Example GetState Return Values

All the examples in this section have had whitespace added to make them more readable.

Example 1: Unity Shell

Query: /

Return Value:

[
        (
                '/Unity',
                {
                        'id': [0, 0],
                        'Children': [0,
                                [
                                        'DashController',
                                        'HudController',
                                        'LauncherController',
                                        'PanelController',
                                        'Screen',
                                        'SessionController',
                                        'ShortcutController',
                                        'SwitcherController',
                                        'WindowManager'
                                ]
                        ]
                }
        )
]

Example 2: Qt Creator Menu

This is a much larger object, and shows the globalRect attribute.

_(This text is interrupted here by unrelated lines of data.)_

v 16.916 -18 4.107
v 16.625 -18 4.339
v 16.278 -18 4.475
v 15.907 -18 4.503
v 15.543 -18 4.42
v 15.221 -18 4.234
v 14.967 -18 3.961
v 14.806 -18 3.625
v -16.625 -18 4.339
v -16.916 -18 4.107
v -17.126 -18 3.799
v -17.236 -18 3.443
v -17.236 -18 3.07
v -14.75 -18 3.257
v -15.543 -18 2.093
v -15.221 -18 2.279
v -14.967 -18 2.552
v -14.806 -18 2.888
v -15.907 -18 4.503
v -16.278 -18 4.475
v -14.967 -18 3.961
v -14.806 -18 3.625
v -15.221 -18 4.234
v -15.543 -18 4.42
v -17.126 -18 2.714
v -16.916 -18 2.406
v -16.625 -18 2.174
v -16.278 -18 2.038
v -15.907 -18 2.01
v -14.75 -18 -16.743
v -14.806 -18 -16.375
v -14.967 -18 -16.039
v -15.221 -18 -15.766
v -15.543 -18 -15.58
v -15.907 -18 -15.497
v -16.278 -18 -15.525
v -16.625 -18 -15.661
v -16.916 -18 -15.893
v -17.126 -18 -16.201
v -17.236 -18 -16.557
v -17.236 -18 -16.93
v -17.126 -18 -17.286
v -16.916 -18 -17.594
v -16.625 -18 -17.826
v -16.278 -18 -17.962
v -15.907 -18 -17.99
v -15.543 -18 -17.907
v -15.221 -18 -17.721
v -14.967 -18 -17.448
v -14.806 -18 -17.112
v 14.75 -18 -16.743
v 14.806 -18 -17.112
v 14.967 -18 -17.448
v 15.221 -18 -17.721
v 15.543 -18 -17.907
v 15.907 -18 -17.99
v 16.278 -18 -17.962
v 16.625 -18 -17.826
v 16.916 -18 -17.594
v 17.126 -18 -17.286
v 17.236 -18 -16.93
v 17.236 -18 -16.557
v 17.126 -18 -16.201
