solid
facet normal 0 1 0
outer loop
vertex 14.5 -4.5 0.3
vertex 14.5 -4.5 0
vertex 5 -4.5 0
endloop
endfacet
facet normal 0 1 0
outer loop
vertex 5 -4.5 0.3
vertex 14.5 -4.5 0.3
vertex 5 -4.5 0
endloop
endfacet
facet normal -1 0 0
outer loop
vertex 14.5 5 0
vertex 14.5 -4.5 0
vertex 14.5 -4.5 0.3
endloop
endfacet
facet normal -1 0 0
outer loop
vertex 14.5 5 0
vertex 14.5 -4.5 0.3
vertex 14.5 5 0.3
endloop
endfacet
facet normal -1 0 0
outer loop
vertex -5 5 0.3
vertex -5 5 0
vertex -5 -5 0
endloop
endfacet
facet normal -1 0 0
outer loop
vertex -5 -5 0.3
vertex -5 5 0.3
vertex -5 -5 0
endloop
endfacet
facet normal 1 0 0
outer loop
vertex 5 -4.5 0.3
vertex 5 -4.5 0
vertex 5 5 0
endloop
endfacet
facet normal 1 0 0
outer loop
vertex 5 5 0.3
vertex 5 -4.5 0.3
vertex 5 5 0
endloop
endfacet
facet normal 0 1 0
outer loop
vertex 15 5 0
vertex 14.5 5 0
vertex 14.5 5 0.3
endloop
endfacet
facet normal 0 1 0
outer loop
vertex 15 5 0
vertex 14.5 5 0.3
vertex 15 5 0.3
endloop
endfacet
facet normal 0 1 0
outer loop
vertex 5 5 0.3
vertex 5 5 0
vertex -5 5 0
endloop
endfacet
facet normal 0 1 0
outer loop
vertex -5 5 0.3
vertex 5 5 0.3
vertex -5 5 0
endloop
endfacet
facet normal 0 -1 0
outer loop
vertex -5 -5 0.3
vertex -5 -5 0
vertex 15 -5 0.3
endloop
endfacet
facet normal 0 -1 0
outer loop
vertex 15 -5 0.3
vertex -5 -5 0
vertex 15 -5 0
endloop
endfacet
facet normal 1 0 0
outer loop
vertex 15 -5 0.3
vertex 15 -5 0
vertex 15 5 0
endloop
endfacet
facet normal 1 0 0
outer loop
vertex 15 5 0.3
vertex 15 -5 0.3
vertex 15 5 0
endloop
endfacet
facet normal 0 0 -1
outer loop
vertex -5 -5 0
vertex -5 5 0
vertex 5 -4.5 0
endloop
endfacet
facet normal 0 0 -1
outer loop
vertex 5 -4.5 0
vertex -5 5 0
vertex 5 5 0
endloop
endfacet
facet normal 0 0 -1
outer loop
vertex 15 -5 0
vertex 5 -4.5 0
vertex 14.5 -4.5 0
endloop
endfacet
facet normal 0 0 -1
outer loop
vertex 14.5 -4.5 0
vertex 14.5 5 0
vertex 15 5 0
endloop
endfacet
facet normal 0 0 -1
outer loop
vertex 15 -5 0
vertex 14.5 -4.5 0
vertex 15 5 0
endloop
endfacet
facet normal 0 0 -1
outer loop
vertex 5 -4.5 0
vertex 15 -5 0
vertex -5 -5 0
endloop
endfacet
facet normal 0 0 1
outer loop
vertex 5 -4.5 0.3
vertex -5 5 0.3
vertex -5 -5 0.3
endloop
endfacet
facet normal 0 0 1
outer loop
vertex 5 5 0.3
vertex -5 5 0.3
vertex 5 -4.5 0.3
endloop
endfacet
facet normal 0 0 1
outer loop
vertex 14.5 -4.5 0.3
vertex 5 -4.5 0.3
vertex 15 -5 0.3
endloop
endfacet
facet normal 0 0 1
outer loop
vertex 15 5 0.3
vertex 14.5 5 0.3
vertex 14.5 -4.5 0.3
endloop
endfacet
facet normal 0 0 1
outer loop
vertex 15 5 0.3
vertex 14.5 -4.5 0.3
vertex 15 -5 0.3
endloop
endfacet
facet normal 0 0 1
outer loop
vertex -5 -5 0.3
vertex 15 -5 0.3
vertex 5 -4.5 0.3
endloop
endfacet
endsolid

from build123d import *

# Parameters (mm, degrees)
F0_W     = 0.5
F0_H     = 9.5
F1_DEPTH = 0.3


with BuildPart() as f1:
    # F0 (on Top) → F1 (new body)
    with BuildSketch(Plane.XY):
        Polygon((5, 5), (-5, 5), (-5, -5), (5, -5), (5, -4.5), align=None)
        Polygon((14.5, -4.5), (5, -4.5), (5, -5), (15, -5), (15, -4.5), align=None)
        with Locations((14.75, 0.25)):
            Rectangle(F0_W, F0_H)
    extrude(amount=F1_DEPTH)


solid = f1.part
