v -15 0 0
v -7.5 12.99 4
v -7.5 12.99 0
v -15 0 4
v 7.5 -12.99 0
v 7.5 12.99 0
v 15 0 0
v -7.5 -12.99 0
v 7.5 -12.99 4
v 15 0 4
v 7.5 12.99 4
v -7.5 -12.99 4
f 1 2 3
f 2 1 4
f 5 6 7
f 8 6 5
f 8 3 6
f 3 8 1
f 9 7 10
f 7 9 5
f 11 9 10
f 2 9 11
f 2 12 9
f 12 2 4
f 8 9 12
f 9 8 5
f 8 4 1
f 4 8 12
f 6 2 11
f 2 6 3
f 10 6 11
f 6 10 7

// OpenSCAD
// resolution bezier curve
deltat = 0.02;

// cubic bexier curve function
function cubic_bezier(p0,p1,p2,p3) = [for (t=[0:deltat:1+deltat]) pow(1-t,3)*p0+3*pow((1-t),2)*t*p1+3*(1-t)*pow(t,2)*p2+pow(t,3)*p3];
    
function reverse(v) = [for (i=[len(v)-1:-1:0]) v[i]];

p10 = [-4.75,4.001];
p11 = [-2.75,4.0];
p12 = [-4.8,2.2];
p13 = [0.0,2.0];

p20 = [4.75,4.001];
p21 = [2.75,4.0];
p22 = [4.8,2.2];
p23 = [0.0,2.0];



// bezier curve for cx
points_left = cubic_bezier(p10, p11, p12, p13);
points_right = reverse(cubic_bezier(p20, p21, p22, p23));
points = concat(points_left, points_right);


difference()
{
    color("Peru", 1.0)
    {
        // hexagon base
        linear_extrude(height = 4, center = false, convexity = 10, twist = 0)
        circle(r=15, $fn=6);
    }
    
    color("Blue", 1.0)
    {
        // canal shape
        rotate([90,0,0])
        linear_extrude(height=30, center=true, convexity = 10, twist = 0)
        polygon(points);
    }
    
    color("Blue", 1.0)
    {
        // canal shape
        translate([-22.5,-12.99,0])
        rotate_extrude(angle=360, convexity=10, $fn=90)
        translate([22.5,0,0])
        polygon(points);
    }
    
}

Query: /QtCreator/QMenu[objectName="Project.Menu.Session"]

Return Value:

[
        (
                '/QtCreator/QMenu',
                {
                        '_autopilot_id': [0, 3],
                        'acceptDrops': [0, False],
                        'accessibleDescription': [0, ''],
                        'accessibleName': [0, ''],
                        'autoFillBackground': [0, False],
                        'baseSize': [3, 0, 0],
                        'Children': [0, ['QAction', 'DBusMenu']],
                        'childrenRect': [1, 0, 0, 0, 0],
                        'contextMenuPolicy': [0, 1],
                        'enabled': [0, True],
                        'focus': [0, False],
                        'focusPolicy': [0, 0],
                        'frameGeometry': [1, 0, 0, 100, 30],
                        'frameSize': [3, 100, 30],
                        'fullScreen': [0, False],
                        'geometry': [1, 0, 0, 100, 30],
                        'globalRect': [1, 0, 0, 100, 30],
                        'height': [0, 30],
                        'id': [0, 3],
                        'inputMethodHints': [0, 0],
                        'isActiveWindow': [0, False],
                        'layoutDirection': [0, 0],
                        'maximized': [0, False],
                        'maximumHeight': [0, 16777215],
                        'maximumSize': [3, 16777215, 16777215],
                        'maximumWidth': [0, 16777215],
                        'minimized': [0, False],
                        'minimumHeight': [0, 0],
                        'minimumSize': [3, 0, 0],
                        'minimumSizeHint': [3, -1, -1],
                        'minimumWidth': [0, 0],
                        'modal': [0, False],
                        'mouseTracking': [0, True],
                        'normalGeometry': [1, 0, 0, 0, 0],
                        'objectName': [0, 'ProjectExplorer.Menu.Debug'],
                        'pos': [2, 0, 0],
                        'rect': [1, 0, 0, 100, 30],
                        'separatorsCollapsible': [0, True],
                        'size': [3, 100, 30],
                        'sizeHint': [3, 293, 350],
                        'sizeIncrement': [3, 0, 0],
                        'statusTip': [0, ''],
                        'styleSheet': [0, ''],
                        'tearOffEnabled': [0, False],
                        'title': [0, '&Debug'],
                        'toolTip': [0, ''],
                        'updatesEnabled': [0, True],
                        'visible': [0, False],
                        'whatsThis': [0, ''],
                        'width': [0, 100],
                        'windowFilePath': [0, ''],
                        'windowIconText': [0, ''],
                        'windowModality': [0, 0],
                        'windowModified': [0, False],
                        'windowOpacity': [0, 1.0],
                        'windowTitle': [0, ''],
                        'x': [0, 0],
                        'y': [0, 0]
                }
        )
]

Note that most attributes are given the “plain” type id of 0, but some (such as ‘pos’, ‘globalRect’, and ‘size’ in the above example) are given more specific type ids.